▶ **Aim of the exercise**
Of the lines in the data below, write out exactly those from the one holding "f 164 186 187" through the one holding "f 13 11 179", both included.

Stored items
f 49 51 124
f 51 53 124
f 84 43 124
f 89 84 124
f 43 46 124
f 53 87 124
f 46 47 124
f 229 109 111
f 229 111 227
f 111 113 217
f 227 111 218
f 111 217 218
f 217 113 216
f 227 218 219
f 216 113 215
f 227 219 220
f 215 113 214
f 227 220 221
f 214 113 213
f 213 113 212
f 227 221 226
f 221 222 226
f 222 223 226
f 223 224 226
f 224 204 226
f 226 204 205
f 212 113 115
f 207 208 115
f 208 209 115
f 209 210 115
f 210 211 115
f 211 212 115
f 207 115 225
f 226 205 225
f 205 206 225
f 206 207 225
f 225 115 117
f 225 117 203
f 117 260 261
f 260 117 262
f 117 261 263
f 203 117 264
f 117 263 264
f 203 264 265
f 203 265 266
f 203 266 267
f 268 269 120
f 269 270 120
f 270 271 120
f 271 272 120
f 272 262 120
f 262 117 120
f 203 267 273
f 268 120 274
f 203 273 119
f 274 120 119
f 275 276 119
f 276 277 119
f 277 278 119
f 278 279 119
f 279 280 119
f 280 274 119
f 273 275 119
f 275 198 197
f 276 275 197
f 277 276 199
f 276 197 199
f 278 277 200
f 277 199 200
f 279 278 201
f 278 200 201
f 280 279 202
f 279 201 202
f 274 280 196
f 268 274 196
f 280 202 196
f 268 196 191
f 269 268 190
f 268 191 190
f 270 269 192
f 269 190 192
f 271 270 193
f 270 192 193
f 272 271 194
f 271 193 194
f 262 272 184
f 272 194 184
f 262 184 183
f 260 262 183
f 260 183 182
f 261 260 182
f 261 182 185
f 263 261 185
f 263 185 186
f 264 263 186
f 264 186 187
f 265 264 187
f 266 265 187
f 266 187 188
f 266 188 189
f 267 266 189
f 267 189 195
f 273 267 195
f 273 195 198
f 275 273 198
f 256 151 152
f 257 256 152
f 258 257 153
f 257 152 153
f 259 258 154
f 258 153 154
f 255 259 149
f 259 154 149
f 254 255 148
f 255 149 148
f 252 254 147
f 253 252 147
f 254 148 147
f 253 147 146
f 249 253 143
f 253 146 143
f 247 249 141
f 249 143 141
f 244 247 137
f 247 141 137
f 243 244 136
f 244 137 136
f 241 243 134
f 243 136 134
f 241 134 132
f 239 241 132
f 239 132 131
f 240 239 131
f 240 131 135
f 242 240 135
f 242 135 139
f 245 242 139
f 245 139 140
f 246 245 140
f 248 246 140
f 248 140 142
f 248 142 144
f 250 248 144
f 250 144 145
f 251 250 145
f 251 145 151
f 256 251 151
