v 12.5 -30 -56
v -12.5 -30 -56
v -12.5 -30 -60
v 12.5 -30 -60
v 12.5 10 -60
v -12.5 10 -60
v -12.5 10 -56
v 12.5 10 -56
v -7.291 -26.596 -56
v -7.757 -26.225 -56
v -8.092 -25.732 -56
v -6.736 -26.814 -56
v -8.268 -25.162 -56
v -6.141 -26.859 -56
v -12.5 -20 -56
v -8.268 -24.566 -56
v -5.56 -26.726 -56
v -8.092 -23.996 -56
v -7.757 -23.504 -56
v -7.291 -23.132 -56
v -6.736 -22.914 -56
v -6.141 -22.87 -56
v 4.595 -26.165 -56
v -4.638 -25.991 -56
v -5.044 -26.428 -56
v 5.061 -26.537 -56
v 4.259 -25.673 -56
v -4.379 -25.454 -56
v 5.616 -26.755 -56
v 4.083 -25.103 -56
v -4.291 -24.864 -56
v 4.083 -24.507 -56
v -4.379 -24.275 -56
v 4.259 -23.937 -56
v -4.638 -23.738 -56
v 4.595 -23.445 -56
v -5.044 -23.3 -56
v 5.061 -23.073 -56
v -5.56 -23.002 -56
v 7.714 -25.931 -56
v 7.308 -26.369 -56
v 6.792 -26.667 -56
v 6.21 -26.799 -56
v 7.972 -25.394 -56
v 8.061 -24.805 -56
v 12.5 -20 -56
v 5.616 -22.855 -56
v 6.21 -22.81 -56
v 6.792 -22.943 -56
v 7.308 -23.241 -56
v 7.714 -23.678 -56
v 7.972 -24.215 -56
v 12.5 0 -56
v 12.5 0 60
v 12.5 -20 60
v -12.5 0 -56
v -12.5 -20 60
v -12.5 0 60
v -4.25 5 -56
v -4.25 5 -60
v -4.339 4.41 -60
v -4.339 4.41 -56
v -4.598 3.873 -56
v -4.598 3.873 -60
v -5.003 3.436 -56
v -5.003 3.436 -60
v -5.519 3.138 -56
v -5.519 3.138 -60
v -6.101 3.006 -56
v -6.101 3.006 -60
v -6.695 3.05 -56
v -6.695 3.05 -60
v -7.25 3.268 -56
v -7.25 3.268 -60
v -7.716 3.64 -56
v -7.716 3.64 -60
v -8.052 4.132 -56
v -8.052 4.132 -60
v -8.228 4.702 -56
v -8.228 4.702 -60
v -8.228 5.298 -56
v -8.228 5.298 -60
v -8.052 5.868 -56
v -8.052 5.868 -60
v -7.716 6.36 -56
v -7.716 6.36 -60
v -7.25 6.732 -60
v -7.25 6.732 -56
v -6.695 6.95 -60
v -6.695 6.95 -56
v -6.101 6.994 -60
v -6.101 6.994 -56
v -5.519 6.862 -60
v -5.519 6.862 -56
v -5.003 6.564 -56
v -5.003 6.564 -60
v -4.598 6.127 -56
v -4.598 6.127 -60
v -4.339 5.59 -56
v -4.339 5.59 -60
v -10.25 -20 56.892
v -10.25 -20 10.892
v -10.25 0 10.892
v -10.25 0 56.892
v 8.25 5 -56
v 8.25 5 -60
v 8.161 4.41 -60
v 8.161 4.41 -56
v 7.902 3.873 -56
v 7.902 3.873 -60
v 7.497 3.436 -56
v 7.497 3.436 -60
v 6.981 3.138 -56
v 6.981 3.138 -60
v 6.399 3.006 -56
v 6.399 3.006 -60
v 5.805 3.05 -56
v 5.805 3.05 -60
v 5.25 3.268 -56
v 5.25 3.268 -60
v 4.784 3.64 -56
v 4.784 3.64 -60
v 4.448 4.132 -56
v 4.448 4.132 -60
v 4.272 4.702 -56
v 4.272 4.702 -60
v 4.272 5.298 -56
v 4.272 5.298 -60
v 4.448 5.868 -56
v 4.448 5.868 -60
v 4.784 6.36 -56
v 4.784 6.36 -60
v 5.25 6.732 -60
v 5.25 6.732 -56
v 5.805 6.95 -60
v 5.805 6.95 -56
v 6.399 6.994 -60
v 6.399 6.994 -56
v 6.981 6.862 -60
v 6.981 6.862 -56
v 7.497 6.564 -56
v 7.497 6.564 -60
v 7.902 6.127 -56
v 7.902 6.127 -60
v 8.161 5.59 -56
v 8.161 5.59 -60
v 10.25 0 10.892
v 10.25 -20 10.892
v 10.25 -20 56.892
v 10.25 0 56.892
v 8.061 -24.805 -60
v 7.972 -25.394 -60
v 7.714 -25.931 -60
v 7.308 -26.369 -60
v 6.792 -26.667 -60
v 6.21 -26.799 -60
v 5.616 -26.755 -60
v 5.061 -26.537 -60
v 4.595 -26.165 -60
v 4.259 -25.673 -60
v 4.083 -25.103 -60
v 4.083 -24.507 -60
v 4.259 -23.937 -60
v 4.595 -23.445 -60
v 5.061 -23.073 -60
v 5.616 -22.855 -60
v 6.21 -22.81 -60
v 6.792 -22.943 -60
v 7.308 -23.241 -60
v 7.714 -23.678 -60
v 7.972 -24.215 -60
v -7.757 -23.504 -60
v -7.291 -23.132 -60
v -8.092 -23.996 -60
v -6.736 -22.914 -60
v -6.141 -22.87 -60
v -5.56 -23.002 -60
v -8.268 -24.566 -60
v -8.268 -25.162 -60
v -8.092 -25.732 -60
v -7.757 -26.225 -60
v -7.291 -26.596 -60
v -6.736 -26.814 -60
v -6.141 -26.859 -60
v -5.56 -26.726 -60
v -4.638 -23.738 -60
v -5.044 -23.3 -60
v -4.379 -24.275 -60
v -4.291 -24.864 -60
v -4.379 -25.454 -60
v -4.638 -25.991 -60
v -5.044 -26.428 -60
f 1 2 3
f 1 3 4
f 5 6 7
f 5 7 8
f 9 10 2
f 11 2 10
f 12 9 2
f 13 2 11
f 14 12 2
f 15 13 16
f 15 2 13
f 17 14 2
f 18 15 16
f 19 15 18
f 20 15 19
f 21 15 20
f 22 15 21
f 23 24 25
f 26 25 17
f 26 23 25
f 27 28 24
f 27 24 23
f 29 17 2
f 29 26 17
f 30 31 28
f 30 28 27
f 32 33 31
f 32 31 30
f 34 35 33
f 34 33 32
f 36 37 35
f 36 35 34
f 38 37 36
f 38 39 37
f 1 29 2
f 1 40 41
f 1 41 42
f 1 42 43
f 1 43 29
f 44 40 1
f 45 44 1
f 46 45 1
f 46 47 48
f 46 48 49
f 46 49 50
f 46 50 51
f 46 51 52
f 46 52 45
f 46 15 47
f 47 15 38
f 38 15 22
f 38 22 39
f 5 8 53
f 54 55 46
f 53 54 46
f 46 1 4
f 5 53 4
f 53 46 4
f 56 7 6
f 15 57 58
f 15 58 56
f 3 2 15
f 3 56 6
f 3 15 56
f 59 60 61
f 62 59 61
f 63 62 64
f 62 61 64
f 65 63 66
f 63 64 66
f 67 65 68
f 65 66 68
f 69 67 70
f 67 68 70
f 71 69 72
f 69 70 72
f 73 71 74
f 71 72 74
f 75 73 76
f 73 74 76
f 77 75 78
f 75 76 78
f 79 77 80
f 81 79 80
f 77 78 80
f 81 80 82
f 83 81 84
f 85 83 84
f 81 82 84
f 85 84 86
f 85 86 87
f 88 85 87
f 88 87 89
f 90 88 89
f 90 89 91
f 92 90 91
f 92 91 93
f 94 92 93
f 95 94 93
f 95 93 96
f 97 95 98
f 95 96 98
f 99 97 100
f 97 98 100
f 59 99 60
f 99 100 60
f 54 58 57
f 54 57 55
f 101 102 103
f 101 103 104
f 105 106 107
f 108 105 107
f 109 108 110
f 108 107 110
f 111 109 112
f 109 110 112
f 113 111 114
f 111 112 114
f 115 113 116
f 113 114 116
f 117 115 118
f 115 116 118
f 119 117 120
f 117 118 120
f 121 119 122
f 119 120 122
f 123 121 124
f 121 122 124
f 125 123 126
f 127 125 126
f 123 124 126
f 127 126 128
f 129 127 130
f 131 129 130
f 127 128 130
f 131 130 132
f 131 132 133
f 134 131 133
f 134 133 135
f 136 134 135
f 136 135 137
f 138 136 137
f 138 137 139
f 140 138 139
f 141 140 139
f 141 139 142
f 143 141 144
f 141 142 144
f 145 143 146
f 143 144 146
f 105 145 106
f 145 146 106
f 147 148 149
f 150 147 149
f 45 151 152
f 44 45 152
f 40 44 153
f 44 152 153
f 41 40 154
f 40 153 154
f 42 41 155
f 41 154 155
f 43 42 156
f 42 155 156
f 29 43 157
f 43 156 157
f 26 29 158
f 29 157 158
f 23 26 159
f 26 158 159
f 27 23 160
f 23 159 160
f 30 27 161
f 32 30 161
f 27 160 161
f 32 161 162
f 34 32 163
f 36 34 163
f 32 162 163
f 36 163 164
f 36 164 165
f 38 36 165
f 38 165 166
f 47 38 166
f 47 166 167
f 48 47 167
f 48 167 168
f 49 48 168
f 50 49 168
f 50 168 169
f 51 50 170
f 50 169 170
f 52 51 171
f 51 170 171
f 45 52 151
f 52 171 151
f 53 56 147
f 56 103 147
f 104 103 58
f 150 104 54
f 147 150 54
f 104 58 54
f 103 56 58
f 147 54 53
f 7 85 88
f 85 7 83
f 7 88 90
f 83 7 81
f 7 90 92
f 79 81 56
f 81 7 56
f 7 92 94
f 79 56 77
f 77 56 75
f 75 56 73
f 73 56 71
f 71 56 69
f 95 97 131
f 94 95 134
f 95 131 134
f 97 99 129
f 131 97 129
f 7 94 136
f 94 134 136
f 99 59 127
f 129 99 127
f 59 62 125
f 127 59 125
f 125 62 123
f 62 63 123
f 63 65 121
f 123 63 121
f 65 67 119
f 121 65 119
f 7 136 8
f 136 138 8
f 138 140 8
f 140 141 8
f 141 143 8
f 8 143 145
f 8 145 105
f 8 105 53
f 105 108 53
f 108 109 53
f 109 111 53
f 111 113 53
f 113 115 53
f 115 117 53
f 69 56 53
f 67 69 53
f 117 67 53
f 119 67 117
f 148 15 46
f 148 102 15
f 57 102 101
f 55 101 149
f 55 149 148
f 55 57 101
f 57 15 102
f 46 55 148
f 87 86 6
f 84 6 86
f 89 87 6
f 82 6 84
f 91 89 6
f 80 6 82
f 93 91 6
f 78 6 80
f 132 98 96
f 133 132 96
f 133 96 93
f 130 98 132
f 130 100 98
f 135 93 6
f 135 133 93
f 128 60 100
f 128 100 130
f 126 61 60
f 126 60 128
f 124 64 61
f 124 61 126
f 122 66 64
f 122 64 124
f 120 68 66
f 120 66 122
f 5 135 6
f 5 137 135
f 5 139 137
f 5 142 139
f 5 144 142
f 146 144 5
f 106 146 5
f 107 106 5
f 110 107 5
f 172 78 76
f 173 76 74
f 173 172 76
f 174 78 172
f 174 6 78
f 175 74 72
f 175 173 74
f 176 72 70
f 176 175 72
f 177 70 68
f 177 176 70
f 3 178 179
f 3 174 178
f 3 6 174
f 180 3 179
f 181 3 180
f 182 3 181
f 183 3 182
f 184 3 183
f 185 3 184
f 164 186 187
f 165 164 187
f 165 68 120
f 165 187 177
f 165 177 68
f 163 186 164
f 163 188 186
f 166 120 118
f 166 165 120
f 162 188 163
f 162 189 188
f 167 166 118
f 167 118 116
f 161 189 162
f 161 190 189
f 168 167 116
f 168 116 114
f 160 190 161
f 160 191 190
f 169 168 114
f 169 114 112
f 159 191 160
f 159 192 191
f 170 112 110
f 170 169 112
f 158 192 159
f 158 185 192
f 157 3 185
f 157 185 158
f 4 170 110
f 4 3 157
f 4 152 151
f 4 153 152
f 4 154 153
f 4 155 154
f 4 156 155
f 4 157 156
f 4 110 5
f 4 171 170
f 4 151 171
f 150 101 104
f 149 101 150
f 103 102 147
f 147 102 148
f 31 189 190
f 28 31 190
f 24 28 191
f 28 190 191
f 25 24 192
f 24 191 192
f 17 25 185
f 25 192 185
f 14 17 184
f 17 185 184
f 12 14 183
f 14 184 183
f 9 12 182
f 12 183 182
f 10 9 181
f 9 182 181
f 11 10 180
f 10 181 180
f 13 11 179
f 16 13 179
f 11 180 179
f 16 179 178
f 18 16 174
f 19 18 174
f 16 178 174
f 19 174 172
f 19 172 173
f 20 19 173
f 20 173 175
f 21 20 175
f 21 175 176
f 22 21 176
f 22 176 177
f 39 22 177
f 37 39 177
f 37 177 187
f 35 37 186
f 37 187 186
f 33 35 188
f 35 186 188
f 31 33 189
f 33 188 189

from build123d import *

# Parameters (mm, degrees)
SKETCH_W        = 25
SKETCH_H        = 120
PAD_DEPTH       = 20
SKETCH001_W     = 25
SKETCH001_H     = 4
PAD001_DEPTH    = 10
SKETCH002_R     = 2
POCKET_DEPTH    = 4
SKETCH003_W     = 25
SKETCH003_H     = 4
PAD002_DEPTH    = 10
SKETCH004_R     = 2
POCKET001_DEPTH = 4
SKETCH005_W     = 20.5
SKETCH005_H     = 46
POCKET002_DEPTH = 20


with BuildPart() as part:
    # Sketch → Pad (new body)
    with BuildSketch(Plane.XZ):
        Rectangle(SKETCH_W, SKETCH_H)
    extrude(amount=PAD_DEPTH)

    # Sketch001 → Pad001 (new body)
    with BuildSketch(Plane.XZ.offset(20)):
        with Locations((0, -58)):
            Rectangle(SKETCH001_W, SKETCH001_H)
    extrude(amount=PAD001_DEPTH)

    # Sketch002 → Pocket (cut)
    with BuildSketch(Plane(origin=(0, 0, -60), x_dir=(1, 0, 0), z_dir=(0, 0, -1))):
        with Locations((-6.290528, 24.864162)):
            Circle(SKETCH002_R)
        with Locations((6.061036, 24.804857)):
            Circle(SKETCH002_R)
    extrude(amount=-POCKET_DEPTH, mode=Mode.SUBTRACT)

    # Sketch003 → Pad002 (new body)
    with BuildSketch(Plane(origin=(0, 0, 0), x_dir=(1, 0, 0), z_dir=(0, 1, 0))):
        with Locations((0, 58)):
            Rectangle(SKETCH003_W, SKETCH003_H)
    extrude(amount=PAD002_DEPTH)

    # Sketch004 → Pocket001 (cut)
    with BuildSketch(Plane(origin=(0, 0, -60), x_dir=(1, 0, 0), z_dir=(0, 0, -1))):
        with Locations((-6.25, -5)):
            Circle(SKETCH004_R)
        with Locations((6.25, -5)):
            Circle(SKETCH004_R)
    extrude(amount=-POCKET001_DEPTH, mode=Mode.SUBTRACT)

    # Sketch005 → Pocket002 (cut)
    with BuildSketch(Plane.XZ.offset(20)):
        with Locations((0, 33.891745)):
            Rectangle(SKETCH005_W, SKETCH005_H)
    extrude(amount=-POCKET002_DEPTH, mode=Mode.SUBTRACT)


solid = part.part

▶ **Solution to the exercise**
f 164 186 187
f 165 164 187
f 165 68 120
f 165 187 177
f 165 177 68
f 163 186 164
f 163 188 186
f 166 120 118
f 166 165 120
f 162 188 163
f 162 189 188
f 167 166 118
f 167 118 116
f 161 189 162
f 161 190 189
f 168 167 116
f 168 116 114
f 160 190 161
f 160 191 190
f 169 168 114
f 169 114 112
f 159 191 160
f 159 192 191
f 170 112 110
f 170 169 112
f 158 192 159
f 158 185 192
f 157 3 185
f 157 185 158
f 4 170 110
f 4 3 157
f 4 152 151
f 4 153 152
f 4 154 153
f 4 155 154
f 4 156 155
f 4 157 156
f 4 110 5
f 4 171 170
f 4 151 171
f 150 101 104
f 149 101 150
f 103 102 147
f 147 102 148
f 31 189 190
f 28 31 190
f 24 28 191
f 28 190 191
f 25 24 192
f 24 191 192
f 17 25 185
f 25 192 185
f 14 17 184
f 17 185 184
f 12 14 183
f 14 184 183
f 9 12 182
f 12 183 182
f 10 9 181
f 9 182 181
f 11 10 180
f 10 181 180
f 13 11 179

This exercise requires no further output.